Холлис не поощрял светскую беседу. Его пустой стол выдавал человека, который верил в быстрое ведение дел. Я без промедления показал ему оборудование. Оно состояло из чемодана, наполненного радиооборудованием для управления SATYR, и двух антенн, замаскированных под обычные зонтики, которые складывались, образуя приемно-передающую тарелку. Мы разместили SATYR в квартире МИ-5 на Саут-Одли-стрит, а зонтики – в кабинете Холлиса. Тест сработал идеально. Мы слышали все, начиная с тестовой речи и заканчивая поворотом ключа в двери.
– Замечательно, Питер, – продолжал говорить Холлис, пока мы слушали тест, – это черная магия.
Камминг захихикал на заднем плане.
Тогда я понял, что офицеры МИ-5, запертые на протяжении всей войны в своих герметичных зданиях, редко испытывали острые ощущения от технического прогресса. После окончания теста Холлис встал из-за своего стола и произнес небольшую официальную речь о том, какой это был прекрасный день для Службы и что именно это имел в виду Брундретт, когда формировал свою рабочую группу. Все это было довольно снисходительно, как будто слуги нашли потерянную бриллиантовую диадему в розовом саду.
SATYR действительно имел большой успех. Американцы быстро заказали двенадцать комплектов, нахально скопировали чертежи и изготовили еще двадцать. На протяжении 1950-х годов, пока его не заменило новое оборудование, SATYR использовался британцами, американцами, канадцами и австралийцами как один из лучших методов получения скрытого прослушивания. Но что более важно для меня, разработка SATYR подтвердила мои полномочия ученого в МИ-5. С тех пор со мной регулярно консультировались по поводу растущего числа их технических проблем.
Я по-прежнему имел дело исключительно с Каммингом, но я начал немного узнавать о структуре его отдела – филиала. Он контролировал четыре секции. А1 предоставлял ресурсы для МИ-5, начиная от микрофонов и заканчивая отмычками. A2 был техническим отделом, в котором работали такие сотрудники, как Хью Уинтерборн, которые использовали ресурсы A1. A3 обеспечивал связь полиции со Специальным отделом, а A4 был растущей империей наблюдателей, ответственных за слежку за иностранными дипломатами и другими лицами на улицах Лондона.
У Камминга был один фундаментальный недостаток, когда дело касалось технических вопросов. Он считал, что Подразделение должно руководить наукой, а не наоборот. Следовательно, Службе в целом было отказано в давно назревшей модернизации. Пока мы обсуждали конкретные технические требования, наши отношения были плодотворными.

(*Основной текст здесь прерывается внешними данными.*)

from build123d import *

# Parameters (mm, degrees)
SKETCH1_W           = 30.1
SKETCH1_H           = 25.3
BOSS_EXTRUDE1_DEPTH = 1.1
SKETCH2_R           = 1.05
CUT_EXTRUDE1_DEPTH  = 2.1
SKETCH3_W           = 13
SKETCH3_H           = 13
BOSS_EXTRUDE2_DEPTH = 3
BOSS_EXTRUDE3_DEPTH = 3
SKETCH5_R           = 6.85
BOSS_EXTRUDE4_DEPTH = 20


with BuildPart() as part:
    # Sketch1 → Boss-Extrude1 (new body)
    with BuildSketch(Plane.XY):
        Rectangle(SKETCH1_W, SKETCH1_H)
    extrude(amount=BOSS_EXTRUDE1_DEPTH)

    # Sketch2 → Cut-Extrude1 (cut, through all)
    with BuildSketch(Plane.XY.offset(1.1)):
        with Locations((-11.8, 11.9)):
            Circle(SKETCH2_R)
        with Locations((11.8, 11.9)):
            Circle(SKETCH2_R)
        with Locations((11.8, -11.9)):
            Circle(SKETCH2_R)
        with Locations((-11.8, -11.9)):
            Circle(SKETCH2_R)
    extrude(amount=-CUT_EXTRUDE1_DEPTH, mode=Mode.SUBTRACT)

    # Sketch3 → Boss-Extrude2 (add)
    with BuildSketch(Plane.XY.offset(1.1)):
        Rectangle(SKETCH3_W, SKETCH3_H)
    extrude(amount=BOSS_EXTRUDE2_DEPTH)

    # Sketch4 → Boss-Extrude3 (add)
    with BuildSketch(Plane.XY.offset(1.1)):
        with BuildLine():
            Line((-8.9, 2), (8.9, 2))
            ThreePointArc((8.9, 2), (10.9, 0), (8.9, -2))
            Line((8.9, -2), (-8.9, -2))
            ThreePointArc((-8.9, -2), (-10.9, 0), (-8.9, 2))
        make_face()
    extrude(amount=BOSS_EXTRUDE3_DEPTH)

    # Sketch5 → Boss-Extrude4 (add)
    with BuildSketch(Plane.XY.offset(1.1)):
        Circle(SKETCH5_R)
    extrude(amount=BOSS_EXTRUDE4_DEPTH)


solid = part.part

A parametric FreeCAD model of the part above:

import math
import FreeCAD as App
import Part
import Sketcher
Q = App.Units.Quantity

doc = App.newDocument("Part")
params = doc.addObject("Spreadsheet::Sheet", "Params")
for row, (alias, value) in enumerate([
    ("sketch1_width", "30.1 mm"),
    ("sketch1_height", "25.3 mm"),
    ("pad1_length", "1.1 mm"),
    ("sketch2_diameter", "2.1 mm"),
    ("sketch3_width", "13 mm"),
    ("pad2_length", "3 mm"),
    ("sketch4_radius", "2 mm"),
    ("sketch4_width", "17.8 mm"),
    ("pad3_length", "3 mm"),
    ("sketch5_diameter", "13.7 mm"),
    ("pad4_length", "20 mm"),
], start=1):
    params.set(f"A{row}", alias)
    params.set(f"B{row}", "=" + value)
    params.setAlias(f"B{row}", alias)

body = doc.addObject("PartDesign::Body", "Body")

# Sketch on XY plane
sketch1 = body.newObject("Sketcher::SketchObject", "Sketch")
sketch1.AttachmentSupport = (doc.getObject("XY_Plane"), [""])
sketch1.MapMode = "FlatFace"
sketch1.addGeometry(Part.LineSegment(App.Vector(-15, 13, 0), App.Vector(-15, -13, 0)), False)
sketch1.addGeometry(Part.LineSegment(App.Vector(-15, -13, 0), App.Vector(15, -13, 0)), False)
sketch1.addGeometry(Part.LineSegment(App.Vector(15, -13, 0), App.Vector(15, 13, 0)), False)
sketch1.addGeometry(Part.LineSegment(App.Vector(15, 13, 0), App.Vector(-15, 13, 0)), False)
sketch1.addConstraint(Sketcher.Constraint("Coincident", 0, 2, 1, 1))
sketch1.addConstraint(Sketcher.Constraint("Coincident", 1, 2, 2, 1))
sketch1.addConstraint(Sketcher.Constraint("Coincident", 2, 2, 3, 1))
sketch1.addConstraint(Sketcher.Constraint("Coincident", 3, 2, 0, 1))
sketch1.addConstraint(Sketcher.Constraint("Vertical", 0))
sketch1.addConstraint(Sketcher.Constraint("Horizontal", 1))
sketch1.addConstraint(Sketcher.Constraint("Vertical", 2))
sketch1.addConstraint(Sketcher.Constraint("Horizontal", 3))
sketch1.addConstraint(Sketcher.Constraint("Symmetric", 0, 2, 2, 2, -1, 1))
sketch1.addConstraint(Sketcher.Constraint("DistanceX", 1, 1, 1, 2, Q("30.1 mm")))
sketch1.addConstraint(Sketcher.Constraint("DistanceY", 0, 2, 0, 1, Q("25.3 mm")))
sketch1.setExpression("Constraints[9]", "Params.sketch1_width")
sketch1.setExpression("Constraints[10]", "Params.sketch1_height")
pad1 = body.newObject("PartDesign::Pad", "Pad")
pad1.Profile = sketch1
pad1.setExpression("Length", "Params.pad1_length")

# Sketch on XY plane
sketch2 = body.newObject("Sketcher::SketchObject", "Sketch001")
sketch2.AttachmentSupport = (doc.getObject("XY_Plane"), [""])
sketch2.MapMode = "FlatFace"
sketch2.AttachmentOffset = App.Placement(App.Vector(0, 0, 1.1), App.Rotation())
sketch2.addGeometry(Part.Circle(App.Vector(-11.8, 11.9, 0), App.Vector(0, 0, 1), 1.1), False)
sketch2.addGeometry(Part.Circle(App.Vector(11.8, 11.9, 0), App.Vector(0, 0, 1), 1.1), False)
sketch2.addGeometry(Part.Circle(App.Vector(11.8, -11.9, 0), App.Vector(0, 0, 1), 1.1), False)
sketch2.addGeometry(Part.Circle(App.Vector(-11.8, -11.9, 0), App.Vector(0, 0, 1), 1.1), False)
sketch2.addConstraint(Sketcher.Constraint("Equal", 0, 1))
sketch2.addConstraint(Sketcher.Constraint("Equal", 1, 2))
sketch2.addConstraint(Sketcher.Constraint("Equal", 2, 3))
sketch2.addConstraint(Sketcher.Constraint("Symmetric", 0, 3, 2, 3, -1, 1))
sketch2.addConstraint(Sketcher.Constraint("Symmetric", 1, 3, 3, 3, -1, 1))
sketch2.addConstraint(Sketcher.Constraint("Symmetric", 0, 3, 1, 3, -2))
sketch2.addConstraint(Sketcher.Constraint("Diameter", 0, Q("2.1 mm")))
sketch2.addConstraint(Sketcher.Constraint("DistanceX", 0, 3, -1, 1, Q("11.8 mm")))
sketch2.addConstraint(Sketcher.Constraint("DistanceY", -1, 1, 0, 3, Q("11.9 mm")))
sketch2.setExpression("Constraints[6]", "Params.sketch2_diameter")
pocket1 = body.newObject("PartDesign::Pocket", "Pocket")
pocket1.Profile = sketch2
pocket1.Type = "ThroughAll"

# Sketch on XY plane
sketch3 = body.newObject("Sketcher::SketchObject", "Sketch002")
sketch3.AttachmentSupport = (doc.getObject("XY_Plane"), [""])
sketch3.MapMode = "FlatFace"
sketch3.AttachmentOffset = App.Placement(App.Vector(0, 0, 1.1), App.Rotation())
sketch3.addGeometry(Part.LineSegment(App.Vector(-6, 6, 0), App.Vector(-6, -6, 0)), False)
sketch3.addGeometry(Part.LineSegment(App.Vector(-6, -6, 0), App.Vector(6, -6, 0)), False)
sketch3.addGeometry(Part.LineSegment(App.Vector(6, -6, 0), App.Vector(6, 6, 0)), False)
sketch3.addGeometry(Part.LineSegment(App.Vector(6, 6, 0), App.Vector(-6, 6, 0)), False)
sketch3.addConstraint(Sketcher.Constraint("Coincident", 0, 2, 1, 1))
sketch3.addConstraint(Sketcher.Constraint("Coincident", 1, 2, 2, 1))
sketch3.addConstraint(Sketcher.Constraint("Coincident", 2, 2, 3, 1))
sketch3.addConstraint(Sketcher.Constraint("Coincident", 3, 2, 0, 1))
sketch3.addConstraint(Sketcher.Constraint("Vertical", 0))
sketch3.addConstraint(Sketcher.Constraint("Horizontal", 1))
sketch3.addConstraint(Sketcher.Constraint("Vertical", 2))
sketch3.addConstraint(Sketcher.Constraint("Horizontal", 3))
sketch3.addConstraint(Sketcher.Constraint("Symmetric", 0, 2, 2, 2, -1, 1))
sketch3.addConstraint(Sketcher.Constraint("Equal", 3, 0))
sketch3.addConstraint(Sketcher.Constraint("DistanceX", 1, 1, 1, 2, Q("13 mm")))
sketch3.setExpression("Constraints[10]", "Params.sketch3_width")
pad2 = body.newObject("PartDesign::Pad", "Pad001")
pad2.Profile = sketch3
pad2.setExpression("Length", "Params.pad2_length")

# Sketch on XY plane
sketch4 = body.newObject("Sketcher::SketchObject", "Sketch003")
sketch4.AttachmentSupport = (doc.getObject("XY_Plane"), [""])
sketch4.MapMode = "FlatFace"
sketch4.AttachmentOffset = App.Placement(App.Vector(0, 0, 1.1), App.Rotation())
sketch4.addGeometry(Part.LineSegment(App.Vector(8.9, 2, 0), App.Vector(-8.9, 2, 0)), False)
sketch4.addGeometry(Part.ArcOfCircle(Part.Circle(App.Vector(-8.9, 0, 0), App.Vector(0, 0, 1), 2), math.radians(90), math.radians(270)), False)
sketch4.addGeometry(Part.LineSegment(App.Vector(-8.9, -2, 0), App.Vector(8.9, -2, 0)), False)
sketch4.addGeometry(Part.ArcOfCircle(Part.Circle(App.Vector(8.9, 0, 0), App.Vector(0, 0, 1), 2), math.radians(-90), math.radians(90)), False)
sketch4.addConstraint(Sketcher.Constraint("Tangent", 0, 2, 1, 1))
sketch4.addConstraint(Sketcher.Constraint("Tangent", 1, 2, 2, 1))
sketch4.addConstraint(Sketcher.Constraint("Tangent", 2, 2, 3, 1))
sketch4.addConstraint(Sketcher.Constraint("Tangent", 3, 2, 0, 1))
sketch4.addConstraint(Sketcher.Constraint("Horizontal", 0))
sketch4.addConstraint(Sketcher.Constraint("Horizontal", 2))
sketch4.addConstraint(Sketcher.Constraint("Symmetric", 1, 3, 3, 3, -1, 1))
sketch4.addConstraint(Sketcher.Constraint("Radius", 1, Q("2 mm")))
sketch4.addConstraint(Sketcher.Constraint("DistanceX", 0, 2, 0, 1, Q("17.8 mm")))
sketch4.setExpression("Constraints[7]", "Params.sketch4_radius")
sketch4.setExpression("Constraints[8]", "Params.sketch4_width")
pad3 = body.newObject("PartDesign::Pad", "Pad002")
pad3.Profile = sketch4
pad3.setExpression("Length", "Params.pad3_length")

# Sketch on XY plane
sketch5 = body.newObject("Sketcher::SketchObject", "Sketch004")
sketch5.AttachmentSupport = (doc.getObject("XY_Plane"), [""])
sketch5.MapMode = "FlatFace"
sketch5.AttachmentOffset = App.Placement(App.Vector(0, 0, 1.1), App.Rotation())
sketch5.addGeometry(Part.Circle(App.Vector(0, 0, 0), App.Vector(0, 0, 1), 7), False)
sketch5.addConstraint(Sketcher.Constraint("Coincident", 0, 3, -1, 1))
sketch5.addConstraint(Sketcher.Constraint("Diameter", 0, Q("13.7 mm")))
sketch5.setExpression("Constraints[1]", "Params.sketch5_diameter")
pad4 = body.newObject("PartDesign::Pad", "Pad003")
pad4.Profile = sketch5
pad4.setExpression("Length", "Params.pad4_length")

doc.recompute()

Но рано или поздно мы перешли бы в область, в которой я не мог бы консультировать МИ-5, если бы он или Уинтерборн не посвятили меня в свое полное доверие. Например, Уинтерборн часто спрашивал, есть ли у меня какие-нибудь идеи по перехвату телефонных разговоров. Я объяснил, что невозможно работать над проблемой, пока я не буду знать, какие современные методы используются.

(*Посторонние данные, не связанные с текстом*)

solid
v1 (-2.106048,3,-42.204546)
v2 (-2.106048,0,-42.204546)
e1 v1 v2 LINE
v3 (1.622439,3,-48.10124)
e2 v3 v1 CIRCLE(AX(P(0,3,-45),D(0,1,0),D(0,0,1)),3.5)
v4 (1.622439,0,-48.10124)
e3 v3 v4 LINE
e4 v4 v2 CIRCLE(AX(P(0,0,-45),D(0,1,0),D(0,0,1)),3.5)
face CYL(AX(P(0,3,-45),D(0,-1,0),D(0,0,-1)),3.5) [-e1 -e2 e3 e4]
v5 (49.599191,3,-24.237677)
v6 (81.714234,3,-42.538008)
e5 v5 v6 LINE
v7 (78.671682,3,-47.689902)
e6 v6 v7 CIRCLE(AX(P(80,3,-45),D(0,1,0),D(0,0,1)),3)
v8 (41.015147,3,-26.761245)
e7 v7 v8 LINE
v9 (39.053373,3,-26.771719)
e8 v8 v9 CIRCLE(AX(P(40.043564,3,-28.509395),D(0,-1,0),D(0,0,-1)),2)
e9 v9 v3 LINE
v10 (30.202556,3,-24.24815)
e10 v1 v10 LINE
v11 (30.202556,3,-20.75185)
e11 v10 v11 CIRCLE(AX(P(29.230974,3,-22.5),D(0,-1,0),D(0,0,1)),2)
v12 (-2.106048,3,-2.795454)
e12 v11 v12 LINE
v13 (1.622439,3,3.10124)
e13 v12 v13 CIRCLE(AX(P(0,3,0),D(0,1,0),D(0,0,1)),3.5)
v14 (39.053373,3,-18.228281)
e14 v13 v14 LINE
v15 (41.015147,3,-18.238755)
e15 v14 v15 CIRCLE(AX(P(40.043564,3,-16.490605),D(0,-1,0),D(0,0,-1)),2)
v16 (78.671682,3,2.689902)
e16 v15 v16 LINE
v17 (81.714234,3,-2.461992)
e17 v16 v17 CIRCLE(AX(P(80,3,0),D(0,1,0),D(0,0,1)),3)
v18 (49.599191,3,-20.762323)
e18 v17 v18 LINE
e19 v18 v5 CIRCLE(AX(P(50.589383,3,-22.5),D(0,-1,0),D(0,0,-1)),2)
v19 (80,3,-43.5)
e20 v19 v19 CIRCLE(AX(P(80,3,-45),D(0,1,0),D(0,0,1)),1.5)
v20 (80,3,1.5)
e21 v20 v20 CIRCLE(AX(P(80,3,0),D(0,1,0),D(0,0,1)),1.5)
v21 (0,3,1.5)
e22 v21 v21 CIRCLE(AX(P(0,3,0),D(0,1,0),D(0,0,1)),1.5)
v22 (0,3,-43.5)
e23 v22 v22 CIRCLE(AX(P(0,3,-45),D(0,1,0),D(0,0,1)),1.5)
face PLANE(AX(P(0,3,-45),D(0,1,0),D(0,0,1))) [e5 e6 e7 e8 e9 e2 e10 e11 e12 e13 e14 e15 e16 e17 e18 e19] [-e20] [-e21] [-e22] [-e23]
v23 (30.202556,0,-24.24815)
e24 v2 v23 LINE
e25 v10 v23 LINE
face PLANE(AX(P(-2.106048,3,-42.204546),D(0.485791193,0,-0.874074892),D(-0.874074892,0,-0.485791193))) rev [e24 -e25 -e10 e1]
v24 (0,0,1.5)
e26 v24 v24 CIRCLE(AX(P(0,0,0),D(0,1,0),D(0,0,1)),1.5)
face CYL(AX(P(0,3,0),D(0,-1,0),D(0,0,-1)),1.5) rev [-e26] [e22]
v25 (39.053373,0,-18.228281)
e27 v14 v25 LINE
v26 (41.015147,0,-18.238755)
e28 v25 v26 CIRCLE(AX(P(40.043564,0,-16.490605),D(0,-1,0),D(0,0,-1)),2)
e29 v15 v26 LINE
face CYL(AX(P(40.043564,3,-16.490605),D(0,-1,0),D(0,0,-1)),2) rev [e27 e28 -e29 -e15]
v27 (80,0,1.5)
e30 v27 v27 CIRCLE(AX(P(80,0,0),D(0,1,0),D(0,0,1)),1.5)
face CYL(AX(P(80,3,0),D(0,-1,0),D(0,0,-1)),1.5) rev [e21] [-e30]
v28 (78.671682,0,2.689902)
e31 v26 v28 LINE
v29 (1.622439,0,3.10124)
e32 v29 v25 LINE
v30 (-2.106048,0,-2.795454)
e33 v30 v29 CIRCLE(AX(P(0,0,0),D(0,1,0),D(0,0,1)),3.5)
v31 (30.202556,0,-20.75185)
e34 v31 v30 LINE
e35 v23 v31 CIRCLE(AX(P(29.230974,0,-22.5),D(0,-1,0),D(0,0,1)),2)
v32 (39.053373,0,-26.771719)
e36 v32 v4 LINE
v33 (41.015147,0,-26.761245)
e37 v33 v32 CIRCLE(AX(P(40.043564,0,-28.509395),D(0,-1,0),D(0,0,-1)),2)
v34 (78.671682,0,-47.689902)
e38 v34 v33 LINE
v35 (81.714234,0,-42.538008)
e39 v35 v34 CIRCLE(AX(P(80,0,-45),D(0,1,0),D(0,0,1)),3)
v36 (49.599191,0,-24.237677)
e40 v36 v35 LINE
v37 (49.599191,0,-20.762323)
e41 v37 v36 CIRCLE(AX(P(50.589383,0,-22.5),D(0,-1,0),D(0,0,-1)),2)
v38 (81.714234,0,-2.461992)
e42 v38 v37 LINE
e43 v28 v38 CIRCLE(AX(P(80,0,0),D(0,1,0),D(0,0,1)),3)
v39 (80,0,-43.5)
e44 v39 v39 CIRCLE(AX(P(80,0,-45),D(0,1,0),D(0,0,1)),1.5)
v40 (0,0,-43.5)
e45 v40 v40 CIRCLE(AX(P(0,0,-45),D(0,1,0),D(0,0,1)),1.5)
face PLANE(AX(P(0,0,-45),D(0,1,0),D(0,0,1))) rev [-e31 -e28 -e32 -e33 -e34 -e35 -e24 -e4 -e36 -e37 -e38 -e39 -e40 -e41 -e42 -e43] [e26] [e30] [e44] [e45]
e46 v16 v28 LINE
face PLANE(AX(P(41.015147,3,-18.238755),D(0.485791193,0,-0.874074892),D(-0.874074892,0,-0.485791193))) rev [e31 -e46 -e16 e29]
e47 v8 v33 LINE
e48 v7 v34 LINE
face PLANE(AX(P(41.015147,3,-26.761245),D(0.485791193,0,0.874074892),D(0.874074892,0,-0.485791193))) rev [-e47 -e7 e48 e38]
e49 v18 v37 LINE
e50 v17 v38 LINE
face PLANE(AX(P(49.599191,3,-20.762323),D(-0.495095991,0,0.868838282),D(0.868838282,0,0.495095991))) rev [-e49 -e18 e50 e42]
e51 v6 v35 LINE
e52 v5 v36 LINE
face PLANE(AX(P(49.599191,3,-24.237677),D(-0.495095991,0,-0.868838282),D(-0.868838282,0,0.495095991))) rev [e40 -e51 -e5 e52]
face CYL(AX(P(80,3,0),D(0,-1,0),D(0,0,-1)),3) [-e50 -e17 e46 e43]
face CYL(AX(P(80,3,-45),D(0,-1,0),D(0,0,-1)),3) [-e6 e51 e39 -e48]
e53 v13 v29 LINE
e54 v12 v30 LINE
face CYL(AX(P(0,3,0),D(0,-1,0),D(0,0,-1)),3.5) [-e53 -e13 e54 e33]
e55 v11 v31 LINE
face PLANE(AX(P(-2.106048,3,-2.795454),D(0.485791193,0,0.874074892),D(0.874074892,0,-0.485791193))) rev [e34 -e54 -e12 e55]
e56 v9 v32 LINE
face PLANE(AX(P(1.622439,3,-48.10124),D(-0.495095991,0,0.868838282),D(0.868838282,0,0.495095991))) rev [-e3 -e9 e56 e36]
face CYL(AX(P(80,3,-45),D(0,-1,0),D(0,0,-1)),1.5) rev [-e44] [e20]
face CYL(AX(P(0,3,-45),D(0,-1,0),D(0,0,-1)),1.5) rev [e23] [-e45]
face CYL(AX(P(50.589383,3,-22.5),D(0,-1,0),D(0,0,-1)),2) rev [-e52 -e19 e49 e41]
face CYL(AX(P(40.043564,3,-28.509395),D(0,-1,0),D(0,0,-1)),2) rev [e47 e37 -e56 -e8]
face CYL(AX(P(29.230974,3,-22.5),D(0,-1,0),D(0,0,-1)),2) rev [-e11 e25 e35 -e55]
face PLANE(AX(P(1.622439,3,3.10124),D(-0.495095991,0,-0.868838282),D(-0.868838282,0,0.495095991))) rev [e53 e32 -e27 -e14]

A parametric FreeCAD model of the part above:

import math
import FreeCAD as App
import Part
import Sketcher

doc = App.newDocument("Part")
body = doc.addObject("PartDesign::Body", "Body")

# Sketch on XZ plane
sketch1 = doc.addObject("Sketcher::SketchObject", "Sketch")
body.addObject(sketch1)
sketch1.AttachmentSupport = (doc.XZ_Plane, [""])
sketch1.MapMode = "FlatFace"
sketch1.addGeometry([
    Part.LineSegment(App.Vector(39.053373, -26.771719, 0), App.Vector(1.622439, -48.10124, 0)),  # 0
    Part.ArcOfCircle(Part.Circle(App.Vector(0, -45, 0), App.Vector(0, 0, 1), 3.5), math.radians(126.993762), math.radians(297.616683)),  # 1
    Part.LineSegment(App.Vector(-2.106048, -42.204546, 0), App.Vector(30.202556, -24.24815, 0)),  # 2
    Part.ArcOfCircle(Part.Circle(App.Vector(29.230974, -22.5, 0), App.Vector(0, 0, 1), 2), math.radians(-60.935678), math.radians(60.935678)),  # 3
    Part.LineSegment(App.Vector(30.202556, -20.75185, 0), App.Vector(-2.106048, -2.795454, 0)),  # 4
    Part.ArcOfCircle(Part.Circle(App.Vector(0, 0, 0), App.Vector(0, 0, 1), 3.5), math.radians(62.383317), math.radians(233.006238)),  # 5
    Part.LineSegment(App.Vector(1.622439, 3.10124, 0), App.Vector(39.053373, -18.228281, 0)),  # 6
    Part.ArcOfCircle(Part.Circle(App.Vector(40.043564, -16.490605, 0), App.Vector(0, 0, 1), 2), math.radians(-119.67608), math.radians(-60.935678)),  # 7
    Part.LineSegment(App.Vector(41.015147, -18.238755, 0), App.Vector(78.671682, 2.689902, 0)),  # 8
    Part.ArcOfCircle(Part.Circle(App.Vector(80, 0, 0), App.Vector(0, 0, 1), 3), math.radians(-55.151308), math.radians(116.280929)),  # 9
    Part.LineSegment(App.Vector(81.714234, -2.461992, 0), App.Vector(49.599191, -20.762323, 0)),  # 10
    Part.ArcOfCircle(Part.Circle(App.Vector(50.589383, -22.5, 0), App.Vector(0, 0, 1), 2), math.radians(119.67608), math.radians(240.32392)),  # 11
    Part.LineSegment(App.Vector(49.599191, -24.237677, 0), App.Vector(81.714234, -42.538008, 0)),  # 12
    Part.ArcOfCircle(Part.Circle(App.Vector(80, -45, 0), App.Vector(0, 0, 1), 3), math.radians(-116.280929), math.radians(55.151308)),  # 13
    Part.LineSegment(App.Vector(78.671682, -47.689902, 0), App.Vector(41.015147, -26.761245, 0)),  # 14
    Part.ArcOfCircle(Part.Circle(App.Vector(40.043564, -28.509395, 0), App.Vector(0, 0, 1), 2), math.radians(60.935678), math.radians(119.67608)),  # 15
    Part.Circle(App.Vector(80, 0, 0), App.Vector(0, 0, 1), 1.5),  # 16
    Part.Circle(App.Vector(0, 0, 0), App.Vector(0, 0, 1), 1.5),  # 17
    Part.Circle(App.Vector(80, -45, 0), App.Vector(0, 0, 1), 1.5),  # 18
    Part.Circle(App.Vector(0, -45, 0), App.Vector(0, 0, 1), 1.5),  # 19
], False)
sketch1.addConstraint([
    Sketcher.Constraint("Coincident", 0, 2, 1, 2),
    Sketcher.Constraint("Coincident", 1, 1, 2, 1),
    Sketcher.Constraint("Coincident", 2, 2, 3, 1),
    Sketcher.Constraint("Coincident", 3, 2, 4, 1),
    Sketcher.Constraint("Coincident", 4, 2, 5, 2),
    Sketcher.Constraint("Coincident", 5, 1, 6, 1),
    Sketcher.Constraint("Coincident", 6, 2, 7, 1),
    Sketcher.Constraint("Coincident", 7, 2, 8, 1),
    Sketcher.Constraint("Coincident", 8, 2, 9, 2),
    Sketcher.Constraint("Coincident", 9, 1, 10, 1),
    Sketcher.Constraint("Coincident", 10, 2, 11, 1),
    Sketcher.Constraint("Coincident", 11, 2, 12, 1),
    Sketcher.Constraint("Coincident", 12, 2, 13, 2),
    Sketcher.Constraint("Coincident", 13, 1, 14, 1),
    Sketcher.Constraint("Coincident", 14, 2, 15, 1),
    Sketcher.Constraint("Coincident", 15, 2, 0, 1),
    Sketcher.Constraint("Coincident", 5, 3, -1, 1),
    Sketcher.Constraint("Coincident", 17, 3, -1, 1),
    Sketcher.Constraint("Coincident", 16, 3, 9, 3),
    Sketcher.Constraint("Coincident", 18, 3, 13, 3),
    Sketcher.Constraint("Coincident", 19, 3, 1, 3),
    Sketcher.Constraint("PointOnObject", 1, 3, -2),
    Sketcher.Constraint("PointOnObject", 9, 3, -1),
    Sketcher.Constraint("Diameter", 16, 3.0),
    Sketcher.Constraint("Diameter", 17, 3.0),
    Sketcher.Constraint("Diameter", 18, 3.0),
    Sketcher.Constraint("Diameter", 19, 3.0),
    Sketcher.Constraint("Radius", 3, 2.0),
    Sketcher.Constraint("Radius", 7, 2.0),
    Sketcher.Constraint("Radius", 9, 3.0),
    Sketcher.Constraint("Radius", 11, 2.0),
    Sketcher.Constraint("Radius", 13, 3.0),
    Sketcher.Constraint("Radius", 15, 2.0),
    Sketcher.Constraint("Radius", 1, 3.5),
    Sketcher.Constraint("Radius", 5, 3.5),
    Sketcher.Constraint("DistanceY", 1, 3, -1, 1, 45.0),
    Sketcher.Constraint("DistanceX", -1, 1, 9, 3, 80.0),
    Sketcher.Constraint("DistanceX", -1, 1, 13, 3, 80.0),
    Sketcher.Constraint("DistanceY", 13, 3, -1, 1, 45.0),
    Sketcher.Constraint("DistanceY", 3, 3, -1, 1, 22.5),
    Sketcher.Constraint("DistanceY", 11, 3, -1, 1, 22.5),
    Sketcher.Constraint("Distance", 2, 36.963199),
    Sketcher.Constraint("Distance", 4, 36.963199),
    Sketcher.Constraint("Distance", 10, 36.963199),
    Sketcher.Constraint("Distance", 12, 36.963199),
    Sketcher.Constraint("DistanceY", -1, 1, 8, 2, 2.689902),
    Sketcher.Constraint("DistanceY", 13, 1, -1, 1, 47.689902),
    Sketcher.Constraint("DistanceY", 2, 2, 3, 2, 3.4963),
    Sketcher.Constraint("DistanceX", 3, 3, 6, 2, 9.822399),
    Sketcher.Constraint("DistanceX", 11, 3, 8, 2, 28.082299),
    Sketcher.Constraint("Distance", 0, 43.081588),
    Sketcher.Constraint("Distance", 6, 43.081588),
    Sketcher.Constraint("Distance", 8, 43.081588),
    Sketcher.Constraint("Distance", 14, 43.081588),
    Sketcher.Constraint("DistanceX", -1, 1, 0, 2, 1.622439),
    Sketcher.Constraint("DistanceX", 1, 1, -1, 1, 2.106048),
    Sketcher.Constraint("DistanceY", 2, 2, -1, 1, 24.24815),
    Sketcher.Constraint("DistanceX", -1, 1, 5, 1, 1.622439),
    Sketcher.Constraint("DistanceY", 9, 1, -1, 1, 2.461992),
    Sketcher.Constraint("DistanceX", -1, 1, 11, 2, 49.599191),
    Sketcher.Constraint("DistanceY", 15, 2, -1, 1, 26.771719),
    Sketcher.Constraint("DistanceX", 3, 3, 7, 3, 10.812591),
    Sketcher.Constraint("DistanceY", 15, 3, 7, 3, 12.01879),
])
pad1 = doc.addObject("PartDesign::Pad", "Pad")
body.addObject(pad1)
pad1.Profile = sketch1
pad1.Length = 3
pad1.Reversed = True

doc.recompute()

– Ну, конечно, теперь мы вступаем в область, которая является строго засекреченной, и я скорее чувствую, что нам следует держаться от нее подальше, – говорил Камминг, нервно хлопая по столу, к большому раздражению Уинтерборна.
То же самое произошло и с организацией службы наружного наблюдения. Основная проблема, стоявшая перед МИ-5 в 1950-х годах, заключалась в том, как обнаруживать все большее число русских на улицах Лондона и следовать за ними, не выдавая себя.
– У тебя есть какие-нибудь идеи, Питер? – спросил Камминг, как будто у меня могло быть решение в верхнем кармане. Я предположил, что по крайней мере мне нужно будет из первых рук увидеть масштаб операции по наблюдению. Камминг сказал, что посмотрит, что можно устроить, однако больше я ничего не слышал.